Ma non si deve pensare che il romanzo
si risolva in una rappresentazione manichea, patetica o moralistica, o in una
semplice e monolitica, per quanto legittima, condanna. Fin dal titolo (che
allude forse allo straordinario Concerto per la mano sinistra che Ravel
scrisse per Paul Wittgenstein), il romanzo immerge gli eventi in un'atmosfera
studiata, straniante, ostentatamente artificiosa, sia nelle situazioni e nei
dialoghi (che sembrano mantenere una sorta di quasi teatrale formalità,
volutamente inverosimile, anche quando sullo sfondo sono evocati i crudeli ed
impassibili inferni del Novecento, come se la vita e la storia fossero una
recita in cui ad ognuno è già stata assegnata una parte) che nel registro
linguistico e stilistico (sempre elevato, sintatticamente tornito, solcato fino
all'estremo da sottilissime venature analitiche ed introspettive – e riuscire a mantenere coerentemente tale sostenutezza e
tale finezza di stile e di tono per più di seicento pagine rappresenta un'ardua
sfida, una perigliosa scommessa).
Come a sottolineare, in quest'assenza
di moralismo o di ideologismo troppo marcato, in questo tono quasi distaccato,
a tratti ironico (anche se con un tragismo sotteso, sepolto eppure ancora vivo
e parlante, per così dire, sotto la superficie levigata dello stile e quella
insanguinata e dolorante degli eventi), l'impotenza (peraltro mai esplicitamente
dichiarata) della parola letteraria –
fosco alato che leva il proprio volo sul far del crepuscolo – di fronte a quegli orrori, a quei paradossi e a quella
ferocia con cui pure accetta di misurarsi.
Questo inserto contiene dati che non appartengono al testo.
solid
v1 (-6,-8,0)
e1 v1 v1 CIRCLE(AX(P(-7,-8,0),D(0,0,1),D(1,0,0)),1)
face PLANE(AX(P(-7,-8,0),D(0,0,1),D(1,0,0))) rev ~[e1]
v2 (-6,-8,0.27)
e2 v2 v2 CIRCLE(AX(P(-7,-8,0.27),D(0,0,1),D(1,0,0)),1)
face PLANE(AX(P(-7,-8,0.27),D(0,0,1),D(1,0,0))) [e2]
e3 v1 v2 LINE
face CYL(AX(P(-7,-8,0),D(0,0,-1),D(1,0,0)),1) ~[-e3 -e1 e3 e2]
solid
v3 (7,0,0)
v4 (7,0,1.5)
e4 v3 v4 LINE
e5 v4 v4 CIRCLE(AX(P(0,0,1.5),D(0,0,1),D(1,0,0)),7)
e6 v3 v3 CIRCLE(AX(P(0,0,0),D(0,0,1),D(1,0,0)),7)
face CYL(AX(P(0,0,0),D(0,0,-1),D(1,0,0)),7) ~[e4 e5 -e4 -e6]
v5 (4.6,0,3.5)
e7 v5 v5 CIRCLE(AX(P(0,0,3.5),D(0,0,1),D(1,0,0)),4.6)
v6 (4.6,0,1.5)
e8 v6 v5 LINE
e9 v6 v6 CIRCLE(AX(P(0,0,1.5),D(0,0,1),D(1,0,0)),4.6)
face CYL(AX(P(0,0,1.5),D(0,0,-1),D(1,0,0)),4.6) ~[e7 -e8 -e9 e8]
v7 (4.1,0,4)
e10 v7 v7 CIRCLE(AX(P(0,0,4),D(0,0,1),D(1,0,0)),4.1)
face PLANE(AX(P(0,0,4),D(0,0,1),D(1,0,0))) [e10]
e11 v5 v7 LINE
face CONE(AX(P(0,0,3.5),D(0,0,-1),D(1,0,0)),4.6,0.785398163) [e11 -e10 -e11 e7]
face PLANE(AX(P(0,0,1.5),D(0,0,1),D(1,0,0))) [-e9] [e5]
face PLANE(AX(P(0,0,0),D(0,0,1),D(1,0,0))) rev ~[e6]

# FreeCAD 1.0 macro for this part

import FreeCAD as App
import Part
import Sketcher
from FreeCAD import Vector


def edges_at(feature, points):
    """Names of the edges that pass closest to the given points."""
    edges = feature.Shape.Edges
    near = lambda p: min(range(len(edges)), key=lambda i: edges[i].distToShape(Part.Vertex(*p))[0])
    return sorted({f"Edge{near(p) + 1}" for p in points})

doc = App.newDocument("Part")
body = doc.addObject("PartDesign::Body", "Body")

sketch1 = body.newObject("Sketcher::SketchObject", "Sketch")
sketch1.AttachmentSupport = (doc.getObject("XY_Plane"), [""])
sketch1.MapMode = "FlatFace"
sketch1.addGeometry(Part.Circle(Vector(0, 0, 0), Vector(0, 0, 1), 7), False)
sketch1.addConstraint([
    Sketcher.Constraint("Coincident", 0, 3, -1, 1),
    Sketcher.Constraint("Diameter", 0, 14.0),
])
pad1 = body.newObject("PartDesign::Pad", "Pad")
pad1.Profile = sketch1
pad1.Length = 1.5

sketch2 = body.newObject("Sketcher::SketchObject", "Sketch001")
sketch2.AttachmentSupport = (doc.getObject("XY_Plane"), [""])
sketch2.MapMode = "FlatFace"
sketch2.AttachmentOffset = App.Placement(Vector(0, 0, 1.5), App.Rotation())
sketch2.addGeometry(Part.Circle(Vector(0, 0, 0), Vector(0, 0, 1), 4.6), False)
sketch2.addConstraint([
    Sketcher.Constraint("Coincident", 0, 3, -1, 1),
    Sketcher.Constraint("Diameter", 0, 9.2),
])
pad2 = body.newObject("PartDesign::Pad", "Pad001")
pad2.Profile = sketch2
pad2.Length = 2.5
doc.recompute()

chamfer = body.newObject("PartDesign::Chamfer", "Chamfer")
chamfer.Base = (pad2, edges_at(pad2, [(-4.6, 0, 4)]))
chamfer.Size = 0.5
body2 = doc.addObject("PartDesign::Body", "Body001")

sketch3 = body2.newObject("Sketcher::SketchObject", "Sketch002")
sketch3.AttachmentSupport = (doc.getObject("XY_Plane001"), [""])
sketch3.MapMode = "FlatFace"
sketch3.addGeometry(Part.Circle(Vector(-7, -8, 0), Vector(0, 0, 1), 1), False)
sketch3.addConstraint([
    Sketcher.Constraint("Diameter", 0, 2.0),
    Sketcher.Constraint("DistanceX", 0, 3, -1, 1, 7.0),
    Sketcher.Constraint("DistanceY", 0, 3, -1, 1, 8.0),
])
pad3 = body2.newObject("PartDesign::Pad", "Pad002")
pad3.Profile = sketch3
pad3.Length = 0.27

doc.recompute()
È interessante, in particolare, il
modo in cui, nel romanzo, la sfera estetica si interseca con quella tragica, le
meraviglie dell'arte (pur dense di significati e di potenzialità conoscitive, e
pur evocate dallo scrittore in una luce affascinata e affascinante) assistono,
per così dire, inerti, fatalmente impotenti, agli orrori e ai soprusi, come a
sancire la possibilità, la seduzione, ma infine l'illusorietà e il fallimento,
di qualsiasi catarsi estetica.
È il caso della figura del pio
Gioacchino nella Cappella degli Scrovegni (e nei Vangeli Apocrifi), prima
respinto e reietto, poi salvato da un radioso intervento angelico; o dell'Apocalypsis
cum figuris del Dürer, accostata alla distopia hitleriana; o dei «nastri di
celluloide intrecciati in ghirlande di tempo», dei tuffatori trasfigurati in
angeli, in Olympia di Leni Riefenstahl, personificato paradosso,
quest'ultima, di un'arte che conserva la propria dignità estetica pur
asservendosi al potere, e anzi mettendo al servizio di esso quella stessa
dignità che pur resta, paradosso nel paradosso, intatta ed innegabile; della
splendida, magica visione, della «auratica ed illusoria sospensione» in cui si
avvolge una Ferrara divisa fra il Castello Estense, testimone di tutti gli
splendori e di tutte le miserie del potere, e le Muse inquietanti di De
Chirico, che sovvertono e deformano e straniano ogni prospettiva temporale e
conoscitiva.
Forse proprio la dechirichiana
maschera che «tracciava dal proprio invertito punto di vista i contorni degli
oggetti in primo piano» può essere simbolo di quest'arte narrativa, che (se
vogliamo scomodare i maestri del Novecento) raccoglie la «sfida al labirinto»,
al groviglio, al gliuommero degli eventi scanditi da un'indecifrabile teodicea,
e che traccia o tenta di tracciare una «prospettiva della prospettiva» in cui
inquadrare e guardare tempi e spazi e figure, senza però avere la pretesa di
una soluzione definitiva e rassicurante.
Eppure, infine, sono pur sempre la
voce della memoria, la parola della testimonianza, a scongiurare, almeno
temporaneamente, lo spettro sempre ritornante dell'oppressione. Grazie alla
testimonianza, «il flusso di capitali si interruppe, le camionette militari
refluirono nelle caserme, ed al principe del vecchio ordine l'oratio obliqua
s'inceppò tra il palato e il pomo d'Adamo». La parola, anche se a posteriori,
e pur se nella sua nudità e nella sua fragilità immedicabili, qualcosa ancora
può (quasi come l'oscura e disperata, ma vitale, resistenza delle donne di
Ravensbrück) contro il linguaggio sordo e pietroso della violenza.